**Work order**
From the records below, output exactly the lines running from the line containing "f 161 52 180" through the line containing "f 144 184 188", and no others.

**Data shown**
= Beginning of Section =
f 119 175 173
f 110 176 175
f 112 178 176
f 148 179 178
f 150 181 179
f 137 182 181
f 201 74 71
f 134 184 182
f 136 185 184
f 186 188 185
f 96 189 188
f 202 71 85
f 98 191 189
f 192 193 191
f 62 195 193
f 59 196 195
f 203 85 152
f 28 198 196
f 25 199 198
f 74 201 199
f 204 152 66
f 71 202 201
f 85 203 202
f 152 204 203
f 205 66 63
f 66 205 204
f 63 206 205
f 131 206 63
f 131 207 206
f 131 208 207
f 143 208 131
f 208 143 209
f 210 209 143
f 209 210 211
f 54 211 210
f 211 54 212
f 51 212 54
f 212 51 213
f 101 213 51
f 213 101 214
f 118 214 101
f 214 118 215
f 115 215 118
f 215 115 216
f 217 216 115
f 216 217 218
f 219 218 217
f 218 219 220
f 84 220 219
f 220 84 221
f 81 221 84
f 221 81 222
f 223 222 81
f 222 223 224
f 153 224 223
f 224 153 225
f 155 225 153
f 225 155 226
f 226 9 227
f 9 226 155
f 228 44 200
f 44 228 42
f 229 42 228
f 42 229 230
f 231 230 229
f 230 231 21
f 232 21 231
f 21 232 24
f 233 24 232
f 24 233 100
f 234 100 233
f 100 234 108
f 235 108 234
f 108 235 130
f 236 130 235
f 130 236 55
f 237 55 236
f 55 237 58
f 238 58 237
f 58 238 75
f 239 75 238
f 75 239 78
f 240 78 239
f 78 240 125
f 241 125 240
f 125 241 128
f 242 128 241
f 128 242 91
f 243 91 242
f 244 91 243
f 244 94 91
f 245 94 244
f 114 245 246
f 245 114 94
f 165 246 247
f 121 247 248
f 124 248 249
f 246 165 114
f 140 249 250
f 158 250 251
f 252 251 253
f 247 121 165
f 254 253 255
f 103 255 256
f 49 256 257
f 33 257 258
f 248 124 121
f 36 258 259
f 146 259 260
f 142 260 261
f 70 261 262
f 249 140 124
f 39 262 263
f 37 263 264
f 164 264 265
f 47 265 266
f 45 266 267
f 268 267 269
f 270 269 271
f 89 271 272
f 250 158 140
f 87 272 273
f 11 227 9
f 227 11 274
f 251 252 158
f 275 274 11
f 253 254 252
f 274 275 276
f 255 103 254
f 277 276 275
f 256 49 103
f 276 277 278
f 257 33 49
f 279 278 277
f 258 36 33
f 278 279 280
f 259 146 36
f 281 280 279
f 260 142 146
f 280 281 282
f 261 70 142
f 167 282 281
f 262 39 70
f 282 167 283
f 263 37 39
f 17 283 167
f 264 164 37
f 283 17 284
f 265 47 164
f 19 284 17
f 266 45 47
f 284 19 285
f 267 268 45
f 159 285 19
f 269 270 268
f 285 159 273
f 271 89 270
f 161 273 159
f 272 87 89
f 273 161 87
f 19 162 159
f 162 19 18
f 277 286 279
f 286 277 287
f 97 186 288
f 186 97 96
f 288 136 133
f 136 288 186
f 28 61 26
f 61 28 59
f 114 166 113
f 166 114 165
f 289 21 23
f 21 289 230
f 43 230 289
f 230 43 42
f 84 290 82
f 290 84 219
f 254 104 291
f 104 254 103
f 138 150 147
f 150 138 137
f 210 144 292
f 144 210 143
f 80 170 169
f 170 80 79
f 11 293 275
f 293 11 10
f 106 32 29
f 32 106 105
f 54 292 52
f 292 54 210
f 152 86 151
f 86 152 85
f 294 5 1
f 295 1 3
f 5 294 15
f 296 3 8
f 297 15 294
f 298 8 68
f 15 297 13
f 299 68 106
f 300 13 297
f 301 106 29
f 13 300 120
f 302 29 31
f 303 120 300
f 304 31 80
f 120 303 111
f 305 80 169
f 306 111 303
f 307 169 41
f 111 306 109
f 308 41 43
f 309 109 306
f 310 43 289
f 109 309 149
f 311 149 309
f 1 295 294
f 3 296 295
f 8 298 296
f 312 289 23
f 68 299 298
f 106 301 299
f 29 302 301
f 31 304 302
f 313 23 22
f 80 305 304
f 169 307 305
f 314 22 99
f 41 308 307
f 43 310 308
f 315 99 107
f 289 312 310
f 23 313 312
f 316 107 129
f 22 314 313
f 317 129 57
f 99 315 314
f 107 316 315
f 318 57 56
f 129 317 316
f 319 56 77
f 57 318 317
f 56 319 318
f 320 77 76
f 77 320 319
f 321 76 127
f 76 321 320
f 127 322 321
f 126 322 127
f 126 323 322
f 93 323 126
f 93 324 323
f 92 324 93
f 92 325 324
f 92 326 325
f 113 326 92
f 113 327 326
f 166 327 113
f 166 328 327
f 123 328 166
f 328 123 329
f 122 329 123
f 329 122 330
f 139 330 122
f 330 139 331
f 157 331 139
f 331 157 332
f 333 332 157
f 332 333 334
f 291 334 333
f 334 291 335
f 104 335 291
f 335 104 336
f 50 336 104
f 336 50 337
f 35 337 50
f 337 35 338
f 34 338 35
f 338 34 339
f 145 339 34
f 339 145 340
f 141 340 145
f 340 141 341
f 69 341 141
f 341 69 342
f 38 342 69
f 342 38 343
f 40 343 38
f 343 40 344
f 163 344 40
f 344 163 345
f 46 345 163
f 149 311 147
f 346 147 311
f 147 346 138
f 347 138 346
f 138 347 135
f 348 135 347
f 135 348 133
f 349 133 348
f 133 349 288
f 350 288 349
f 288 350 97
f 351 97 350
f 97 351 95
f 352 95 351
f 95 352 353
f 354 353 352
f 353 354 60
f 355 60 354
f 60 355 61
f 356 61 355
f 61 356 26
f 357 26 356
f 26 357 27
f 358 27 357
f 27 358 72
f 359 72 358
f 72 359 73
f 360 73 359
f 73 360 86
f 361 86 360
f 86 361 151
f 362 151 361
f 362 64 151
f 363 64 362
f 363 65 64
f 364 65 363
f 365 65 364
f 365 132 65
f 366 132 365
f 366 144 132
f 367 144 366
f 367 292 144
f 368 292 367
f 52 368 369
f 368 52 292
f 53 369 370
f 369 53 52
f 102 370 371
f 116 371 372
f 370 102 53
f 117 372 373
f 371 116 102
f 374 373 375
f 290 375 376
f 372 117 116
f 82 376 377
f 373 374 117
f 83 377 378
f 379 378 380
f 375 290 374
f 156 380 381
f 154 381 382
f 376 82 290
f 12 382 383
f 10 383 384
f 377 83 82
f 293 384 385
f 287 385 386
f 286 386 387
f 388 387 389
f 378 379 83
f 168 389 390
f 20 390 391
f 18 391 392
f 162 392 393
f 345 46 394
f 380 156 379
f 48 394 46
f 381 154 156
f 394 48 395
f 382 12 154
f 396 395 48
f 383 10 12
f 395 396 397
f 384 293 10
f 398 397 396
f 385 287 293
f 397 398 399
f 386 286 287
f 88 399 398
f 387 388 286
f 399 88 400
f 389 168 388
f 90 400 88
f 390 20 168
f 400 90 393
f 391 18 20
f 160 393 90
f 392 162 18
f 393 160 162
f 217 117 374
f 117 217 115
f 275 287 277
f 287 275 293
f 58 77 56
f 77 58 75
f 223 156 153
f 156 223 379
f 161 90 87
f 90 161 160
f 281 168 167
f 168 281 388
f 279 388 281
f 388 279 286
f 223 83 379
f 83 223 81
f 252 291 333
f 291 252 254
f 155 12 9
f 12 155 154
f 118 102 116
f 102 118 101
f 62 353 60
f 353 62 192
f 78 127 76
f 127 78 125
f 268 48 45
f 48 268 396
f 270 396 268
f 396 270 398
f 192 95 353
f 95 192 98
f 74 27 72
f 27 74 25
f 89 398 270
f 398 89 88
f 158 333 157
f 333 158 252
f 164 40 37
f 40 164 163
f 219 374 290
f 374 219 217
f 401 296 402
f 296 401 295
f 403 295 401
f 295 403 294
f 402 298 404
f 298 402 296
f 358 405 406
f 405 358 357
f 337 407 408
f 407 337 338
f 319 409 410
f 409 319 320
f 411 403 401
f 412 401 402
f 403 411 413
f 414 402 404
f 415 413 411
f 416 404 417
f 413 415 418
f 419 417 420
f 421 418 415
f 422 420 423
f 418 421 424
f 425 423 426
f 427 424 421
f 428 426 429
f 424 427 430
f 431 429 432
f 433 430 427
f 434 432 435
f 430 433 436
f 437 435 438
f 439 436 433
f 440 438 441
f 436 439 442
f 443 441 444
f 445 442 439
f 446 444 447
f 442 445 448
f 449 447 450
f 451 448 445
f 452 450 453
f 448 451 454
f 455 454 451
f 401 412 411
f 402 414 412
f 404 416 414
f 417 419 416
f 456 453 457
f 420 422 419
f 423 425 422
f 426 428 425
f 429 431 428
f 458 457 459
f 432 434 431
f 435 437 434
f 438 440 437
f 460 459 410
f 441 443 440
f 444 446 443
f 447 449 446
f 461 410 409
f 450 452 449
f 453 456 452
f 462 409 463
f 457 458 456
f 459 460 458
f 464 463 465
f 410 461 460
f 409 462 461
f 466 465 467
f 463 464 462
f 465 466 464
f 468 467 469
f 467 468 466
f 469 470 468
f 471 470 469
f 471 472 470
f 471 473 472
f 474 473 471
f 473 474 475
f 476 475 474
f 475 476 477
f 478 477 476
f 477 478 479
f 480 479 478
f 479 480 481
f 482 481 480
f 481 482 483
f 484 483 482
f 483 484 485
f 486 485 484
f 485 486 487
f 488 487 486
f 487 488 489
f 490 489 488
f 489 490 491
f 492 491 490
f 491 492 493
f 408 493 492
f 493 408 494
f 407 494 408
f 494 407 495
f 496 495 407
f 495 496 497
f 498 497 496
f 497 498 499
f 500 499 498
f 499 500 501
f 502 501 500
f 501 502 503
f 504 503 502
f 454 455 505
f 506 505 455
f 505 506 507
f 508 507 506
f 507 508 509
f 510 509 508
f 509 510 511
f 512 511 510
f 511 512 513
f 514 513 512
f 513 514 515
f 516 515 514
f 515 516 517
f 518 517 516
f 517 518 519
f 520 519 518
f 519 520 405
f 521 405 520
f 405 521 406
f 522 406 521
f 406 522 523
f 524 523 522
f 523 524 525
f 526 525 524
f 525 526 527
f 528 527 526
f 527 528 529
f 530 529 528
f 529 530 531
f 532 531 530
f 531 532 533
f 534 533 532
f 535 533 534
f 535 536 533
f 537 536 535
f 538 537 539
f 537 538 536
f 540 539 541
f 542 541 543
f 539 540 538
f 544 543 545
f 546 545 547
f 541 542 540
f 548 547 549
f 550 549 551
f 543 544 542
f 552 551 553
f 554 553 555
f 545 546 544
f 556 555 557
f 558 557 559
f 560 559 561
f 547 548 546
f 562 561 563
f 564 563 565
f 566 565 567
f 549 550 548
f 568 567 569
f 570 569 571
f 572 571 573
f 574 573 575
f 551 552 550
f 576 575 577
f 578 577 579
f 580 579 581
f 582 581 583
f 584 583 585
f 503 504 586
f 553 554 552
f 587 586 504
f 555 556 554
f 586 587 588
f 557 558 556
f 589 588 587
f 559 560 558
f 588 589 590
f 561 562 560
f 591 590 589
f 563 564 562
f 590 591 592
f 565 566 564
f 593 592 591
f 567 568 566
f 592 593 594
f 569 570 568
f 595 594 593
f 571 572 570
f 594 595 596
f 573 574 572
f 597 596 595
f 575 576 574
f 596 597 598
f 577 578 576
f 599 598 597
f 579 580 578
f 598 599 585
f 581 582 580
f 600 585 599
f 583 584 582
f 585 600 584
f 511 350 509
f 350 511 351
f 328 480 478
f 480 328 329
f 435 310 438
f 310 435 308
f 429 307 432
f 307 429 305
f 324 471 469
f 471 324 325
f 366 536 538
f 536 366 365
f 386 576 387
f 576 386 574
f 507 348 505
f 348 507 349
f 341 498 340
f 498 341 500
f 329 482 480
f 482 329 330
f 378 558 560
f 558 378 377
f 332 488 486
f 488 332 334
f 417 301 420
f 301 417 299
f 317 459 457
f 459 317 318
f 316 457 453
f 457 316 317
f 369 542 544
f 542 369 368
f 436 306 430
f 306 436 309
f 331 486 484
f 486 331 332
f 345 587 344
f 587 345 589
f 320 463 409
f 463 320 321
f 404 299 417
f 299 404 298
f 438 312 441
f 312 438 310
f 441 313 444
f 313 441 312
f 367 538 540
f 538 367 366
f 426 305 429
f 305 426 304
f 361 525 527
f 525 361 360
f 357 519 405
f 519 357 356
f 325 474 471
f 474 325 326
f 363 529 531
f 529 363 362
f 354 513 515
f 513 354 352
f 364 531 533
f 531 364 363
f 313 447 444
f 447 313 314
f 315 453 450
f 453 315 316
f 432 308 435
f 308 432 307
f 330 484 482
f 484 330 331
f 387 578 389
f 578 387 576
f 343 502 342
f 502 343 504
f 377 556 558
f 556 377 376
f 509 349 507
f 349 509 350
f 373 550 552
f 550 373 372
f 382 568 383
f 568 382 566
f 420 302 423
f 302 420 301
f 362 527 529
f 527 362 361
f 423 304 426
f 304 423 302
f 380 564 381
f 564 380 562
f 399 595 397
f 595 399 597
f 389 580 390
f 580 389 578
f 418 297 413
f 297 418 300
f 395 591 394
= End of Section =
= Beginning of Section =
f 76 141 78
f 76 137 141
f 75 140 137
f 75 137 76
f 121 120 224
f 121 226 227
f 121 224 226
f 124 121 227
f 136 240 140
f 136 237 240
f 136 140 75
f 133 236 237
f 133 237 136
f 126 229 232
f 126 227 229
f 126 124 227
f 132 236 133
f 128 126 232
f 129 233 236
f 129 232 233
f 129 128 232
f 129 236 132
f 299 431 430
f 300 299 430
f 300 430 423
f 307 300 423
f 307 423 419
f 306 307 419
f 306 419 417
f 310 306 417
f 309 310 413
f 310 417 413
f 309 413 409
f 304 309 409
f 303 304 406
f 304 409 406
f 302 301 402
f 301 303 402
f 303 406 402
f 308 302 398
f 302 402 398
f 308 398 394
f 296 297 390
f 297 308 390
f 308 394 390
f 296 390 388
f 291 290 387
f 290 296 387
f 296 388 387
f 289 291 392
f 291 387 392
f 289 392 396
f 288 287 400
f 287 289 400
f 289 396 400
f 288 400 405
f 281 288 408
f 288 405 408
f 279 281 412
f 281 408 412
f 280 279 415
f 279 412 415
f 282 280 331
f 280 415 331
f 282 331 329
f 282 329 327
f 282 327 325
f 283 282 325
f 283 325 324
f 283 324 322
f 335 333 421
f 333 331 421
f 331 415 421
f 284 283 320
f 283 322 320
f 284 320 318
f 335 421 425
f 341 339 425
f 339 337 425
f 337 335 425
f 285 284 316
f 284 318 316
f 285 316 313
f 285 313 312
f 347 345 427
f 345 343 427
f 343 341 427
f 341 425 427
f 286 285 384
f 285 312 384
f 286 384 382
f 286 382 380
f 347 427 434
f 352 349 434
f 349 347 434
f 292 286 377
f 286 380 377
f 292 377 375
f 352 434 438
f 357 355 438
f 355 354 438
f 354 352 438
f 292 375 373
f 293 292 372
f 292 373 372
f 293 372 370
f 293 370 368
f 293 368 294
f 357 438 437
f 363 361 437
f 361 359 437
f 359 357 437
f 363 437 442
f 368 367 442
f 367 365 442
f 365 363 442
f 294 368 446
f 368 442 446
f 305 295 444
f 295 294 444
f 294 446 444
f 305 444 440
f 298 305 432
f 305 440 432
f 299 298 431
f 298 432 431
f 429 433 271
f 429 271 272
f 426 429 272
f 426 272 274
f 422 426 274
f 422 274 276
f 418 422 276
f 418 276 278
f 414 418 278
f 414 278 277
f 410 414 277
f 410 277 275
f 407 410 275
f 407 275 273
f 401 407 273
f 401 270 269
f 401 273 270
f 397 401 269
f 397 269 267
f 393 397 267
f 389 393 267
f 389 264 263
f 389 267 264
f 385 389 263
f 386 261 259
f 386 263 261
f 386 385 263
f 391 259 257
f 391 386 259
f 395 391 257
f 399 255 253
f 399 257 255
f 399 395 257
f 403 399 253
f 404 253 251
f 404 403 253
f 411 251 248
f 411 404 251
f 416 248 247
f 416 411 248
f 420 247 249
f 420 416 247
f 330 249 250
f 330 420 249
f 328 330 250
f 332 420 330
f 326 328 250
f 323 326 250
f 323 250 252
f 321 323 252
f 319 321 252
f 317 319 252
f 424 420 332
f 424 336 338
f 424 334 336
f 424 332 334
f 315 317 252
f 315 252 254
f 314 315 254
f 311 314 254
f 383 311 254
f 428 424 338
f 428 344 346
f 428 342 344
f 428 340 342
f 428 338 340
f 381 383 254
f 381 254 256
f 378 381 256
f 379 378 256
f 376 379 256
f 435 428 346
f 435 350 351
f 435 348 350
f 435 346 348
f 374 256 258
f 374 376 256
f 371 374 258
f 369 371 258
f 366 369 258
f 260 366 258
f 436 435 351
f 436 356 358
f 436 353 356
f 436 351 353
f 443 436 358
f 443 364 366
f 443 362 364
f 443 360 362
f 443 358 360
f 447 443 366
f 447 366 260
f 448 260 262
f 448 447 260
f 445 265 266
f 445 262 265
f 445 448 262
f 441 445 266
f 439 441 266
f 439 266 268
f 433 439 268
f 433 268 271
= End of Section =
= Beginning of Section =
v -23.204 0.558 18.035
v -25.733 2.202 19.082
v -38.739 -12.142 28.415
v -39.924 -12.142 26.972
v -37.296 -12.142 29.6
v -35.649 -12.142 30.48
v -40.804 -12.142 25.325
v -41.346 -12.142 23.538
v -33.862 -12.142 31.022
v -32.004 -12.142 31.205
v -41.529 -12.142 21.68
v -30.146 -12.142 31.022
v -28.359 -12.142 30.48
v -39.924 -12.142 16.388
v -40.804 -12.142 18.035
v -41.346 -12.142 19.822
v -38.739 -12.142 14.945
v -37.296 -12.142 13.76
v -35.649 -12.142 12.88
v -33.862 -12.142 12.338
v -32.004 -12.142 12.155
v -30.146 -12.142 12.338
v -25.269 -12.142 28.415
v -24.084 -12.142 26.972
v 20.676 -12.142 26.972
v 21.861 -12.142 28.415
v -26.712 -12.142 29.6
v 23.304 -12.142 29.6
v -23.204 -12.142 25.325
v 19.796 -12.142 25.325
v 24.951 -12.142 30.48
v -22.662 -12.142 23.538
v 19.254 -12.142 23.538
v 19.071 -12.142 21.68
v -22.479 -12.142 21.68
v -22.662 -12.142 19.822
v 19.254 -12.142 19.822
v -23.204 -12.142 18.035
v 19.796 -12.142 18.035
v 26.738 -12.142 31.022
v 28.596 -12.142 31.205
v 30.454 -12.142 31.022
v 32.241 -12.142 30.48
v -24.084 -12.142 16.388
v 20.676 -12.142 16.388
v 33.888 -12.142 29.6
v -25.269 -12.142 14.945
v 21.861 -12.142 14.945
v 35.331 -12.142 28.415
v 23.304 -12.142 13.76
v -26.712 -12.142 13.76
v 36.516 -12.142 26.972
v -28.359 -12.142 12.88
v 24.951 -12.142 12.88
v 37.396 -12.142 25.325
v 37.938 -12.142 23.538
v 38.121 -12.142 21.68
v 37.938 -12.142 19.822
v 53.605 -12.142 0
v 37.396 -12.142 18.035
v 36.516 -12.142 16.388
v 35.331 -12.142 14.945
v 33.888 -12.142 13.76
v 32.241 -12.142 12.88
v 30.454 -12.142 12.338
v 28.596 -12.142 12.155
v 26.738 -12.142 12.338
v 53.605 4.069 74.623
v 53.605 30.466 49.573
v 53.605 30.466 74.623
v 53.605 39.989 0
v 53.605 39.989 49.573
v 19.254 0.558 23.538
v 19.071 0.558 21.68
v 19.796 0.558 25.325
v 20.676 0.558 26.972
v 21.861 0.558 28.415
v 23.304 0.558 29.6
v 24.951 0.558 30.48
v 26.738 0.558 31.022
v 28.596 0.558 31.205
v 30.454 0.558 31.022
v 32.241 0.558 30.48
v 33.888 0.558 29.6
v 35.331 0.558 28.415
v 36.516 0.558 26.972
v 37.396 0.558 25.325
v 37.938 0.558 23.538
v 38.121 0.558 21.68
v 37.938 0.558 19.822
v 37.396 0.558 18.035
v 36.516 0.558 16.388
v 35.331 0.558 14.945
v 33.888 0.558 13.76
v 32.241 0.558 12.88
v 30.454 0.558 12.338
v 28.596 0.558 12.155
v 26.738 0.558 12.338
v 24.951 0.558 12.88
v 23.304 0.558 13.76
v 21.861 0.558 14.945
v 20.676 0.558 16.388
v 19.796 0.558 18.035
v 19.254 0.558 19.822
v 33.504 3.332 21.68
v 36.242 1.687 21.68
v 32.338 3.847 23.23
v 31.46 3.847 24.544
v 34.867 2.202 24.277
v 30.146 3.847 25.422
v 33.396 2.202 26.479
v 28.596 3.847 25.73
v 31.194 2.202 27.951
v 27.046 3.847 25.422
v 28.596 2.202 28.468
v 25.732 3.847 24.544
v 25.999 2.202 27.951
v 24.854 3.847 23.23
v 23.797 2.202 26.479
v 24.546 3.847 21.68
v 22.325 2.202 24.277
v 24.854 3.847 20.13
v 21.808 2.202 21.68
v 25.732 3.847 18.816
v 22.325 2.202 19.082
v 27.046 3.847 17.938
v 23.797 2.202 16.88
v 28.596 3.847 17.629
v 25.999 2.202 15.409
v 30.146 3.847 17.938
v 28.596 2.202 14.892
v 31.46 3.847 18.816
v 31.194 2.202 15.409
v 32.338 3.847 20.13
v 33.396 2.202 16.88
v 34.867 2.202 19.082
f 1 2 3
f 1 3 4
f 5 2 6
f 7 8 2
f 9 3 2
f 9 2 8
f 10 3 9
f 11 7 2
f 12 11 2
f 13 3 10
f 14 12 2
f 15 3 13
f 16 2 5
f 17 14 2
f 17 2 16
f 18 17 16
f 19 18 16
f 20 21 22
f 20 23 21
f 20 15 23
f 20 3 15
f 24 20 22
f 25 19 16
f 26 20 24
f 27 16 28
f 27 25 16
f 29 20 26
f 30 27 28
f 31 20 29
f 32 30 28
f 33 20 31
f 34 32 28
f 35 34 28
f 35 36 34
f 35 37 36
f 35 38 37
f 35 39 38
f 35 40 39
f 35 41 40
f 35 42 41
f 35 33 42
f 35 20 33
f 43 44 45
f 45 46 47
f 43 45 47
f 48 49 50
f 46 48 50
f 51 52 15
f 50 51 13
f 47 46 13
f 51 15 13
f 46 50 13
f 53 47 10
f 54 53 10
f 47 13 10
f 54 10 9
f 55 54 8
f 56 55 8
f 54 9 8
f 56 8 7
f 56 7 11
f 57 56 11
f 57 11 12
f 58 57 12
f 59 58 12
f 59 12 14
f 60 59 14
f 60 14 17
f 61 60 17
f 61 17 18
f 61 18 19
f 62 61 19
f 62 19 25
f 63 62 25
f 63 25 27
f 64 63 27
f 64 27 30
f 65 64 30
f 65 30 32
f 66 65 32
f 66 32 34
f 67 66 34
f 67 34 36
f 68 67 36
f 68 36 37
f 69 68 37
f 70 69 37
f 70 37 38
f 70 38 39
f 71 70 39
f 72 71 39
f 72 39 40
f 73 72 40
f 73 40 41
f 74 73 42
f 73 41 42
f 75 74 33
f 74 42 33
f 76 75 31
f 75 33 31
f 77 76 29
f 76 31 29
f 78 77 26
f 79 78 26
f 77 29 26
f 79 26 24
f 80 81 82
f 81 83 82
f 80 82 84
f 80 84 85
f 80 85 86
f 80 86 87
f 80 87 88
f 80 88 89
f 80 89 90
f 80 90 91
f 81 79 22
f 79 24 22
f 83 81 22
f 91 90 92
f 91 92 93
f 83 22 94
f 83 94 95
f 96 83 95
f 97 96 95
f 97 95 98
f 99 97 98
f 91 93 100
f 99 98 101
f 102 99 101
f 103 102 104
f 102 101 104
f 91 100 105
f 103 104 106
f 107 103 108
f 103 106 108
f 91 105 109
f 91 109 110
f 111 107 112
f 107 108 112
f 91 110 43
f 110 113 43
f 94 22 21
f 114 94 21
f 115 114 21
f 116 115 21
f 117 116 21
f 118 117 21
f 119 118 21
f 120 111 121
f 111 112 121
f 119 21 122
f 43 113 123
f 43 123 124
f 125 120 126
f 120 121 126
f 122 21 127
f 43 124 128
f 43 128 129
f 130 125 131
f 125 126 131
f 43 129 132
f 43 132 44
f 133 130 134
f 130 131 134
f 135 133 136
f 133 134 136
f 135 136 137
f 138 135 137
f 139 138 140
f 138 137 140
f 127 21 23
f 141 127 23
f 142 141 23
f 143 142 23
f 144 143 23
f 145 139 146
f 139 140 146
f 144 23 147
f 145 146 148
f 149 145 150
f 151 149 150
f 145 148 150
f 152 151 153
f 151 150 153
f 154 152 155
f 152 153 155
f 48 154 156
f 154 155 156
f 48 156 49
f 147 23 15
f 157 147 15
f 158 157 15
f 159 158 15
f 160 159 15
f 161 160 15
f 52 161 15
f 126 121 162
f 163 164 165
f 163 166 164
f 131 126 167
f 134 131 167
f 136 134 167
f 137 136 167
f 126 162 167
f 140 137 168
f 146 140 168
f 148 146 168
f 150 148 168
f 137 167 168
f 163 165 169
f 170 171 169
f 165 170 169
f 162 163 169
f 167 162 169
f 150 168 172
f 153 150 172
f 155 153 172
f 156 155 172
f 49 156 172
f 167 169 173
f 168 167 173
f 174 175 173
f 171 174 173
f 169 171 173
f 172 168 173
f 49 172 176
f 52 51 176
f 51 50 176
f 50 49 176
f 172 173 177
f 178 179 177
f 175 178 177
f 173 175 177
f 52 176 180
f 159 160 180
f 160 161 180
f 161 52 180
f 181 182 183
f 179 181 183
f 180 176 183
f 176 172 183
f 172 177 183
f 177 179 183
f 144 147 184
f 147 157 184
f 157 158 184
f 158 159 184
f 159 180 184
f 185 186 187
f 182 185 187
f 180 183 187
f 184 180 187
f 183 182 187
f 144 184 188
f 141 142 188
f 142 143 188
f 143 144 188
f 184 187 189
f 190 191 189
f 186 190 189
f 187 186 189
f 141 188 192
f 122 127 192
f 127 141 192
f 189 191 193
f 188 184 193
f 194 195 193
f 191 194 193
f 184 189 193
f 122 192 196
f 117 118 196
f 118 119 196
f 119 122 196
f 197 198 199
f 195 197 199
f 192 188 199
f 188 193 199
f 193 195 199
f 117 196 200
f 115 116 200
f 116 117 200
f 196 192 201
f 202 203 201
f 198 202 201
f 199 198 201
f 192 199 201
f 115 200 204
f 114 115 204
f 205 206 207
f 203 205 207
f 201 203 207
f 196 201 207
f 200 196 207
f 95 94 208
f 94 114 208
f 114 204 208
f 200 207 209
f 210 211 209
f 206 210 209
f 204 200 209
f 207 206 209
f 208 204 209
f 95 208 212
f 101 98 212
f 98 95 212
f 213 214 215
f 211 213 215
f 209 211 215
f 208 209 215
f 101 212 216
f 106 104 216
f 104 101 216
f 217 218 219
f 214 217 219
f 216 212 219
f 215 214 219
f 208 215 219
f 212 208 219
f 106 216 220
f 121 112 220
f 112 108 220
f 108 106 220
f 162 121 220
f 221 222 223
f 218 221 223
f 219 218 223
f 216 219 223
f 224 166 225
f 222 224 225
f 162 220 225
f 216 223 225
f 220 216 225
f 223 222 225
= End of Section =
**Response**
f 161 52 180
f 181 182 183
f 179 181 183
f 180 176 183
f 176 172 183
f 172 177 183
f 177 179 183
f 144 147 184
f 147 157 184
f 157 158 184
f 158 159 184
f 159 180 184
f 185 186 187
f 182 185 187
f 180 183 187
f 184 180 187
f 183 182 187
f 144 184 188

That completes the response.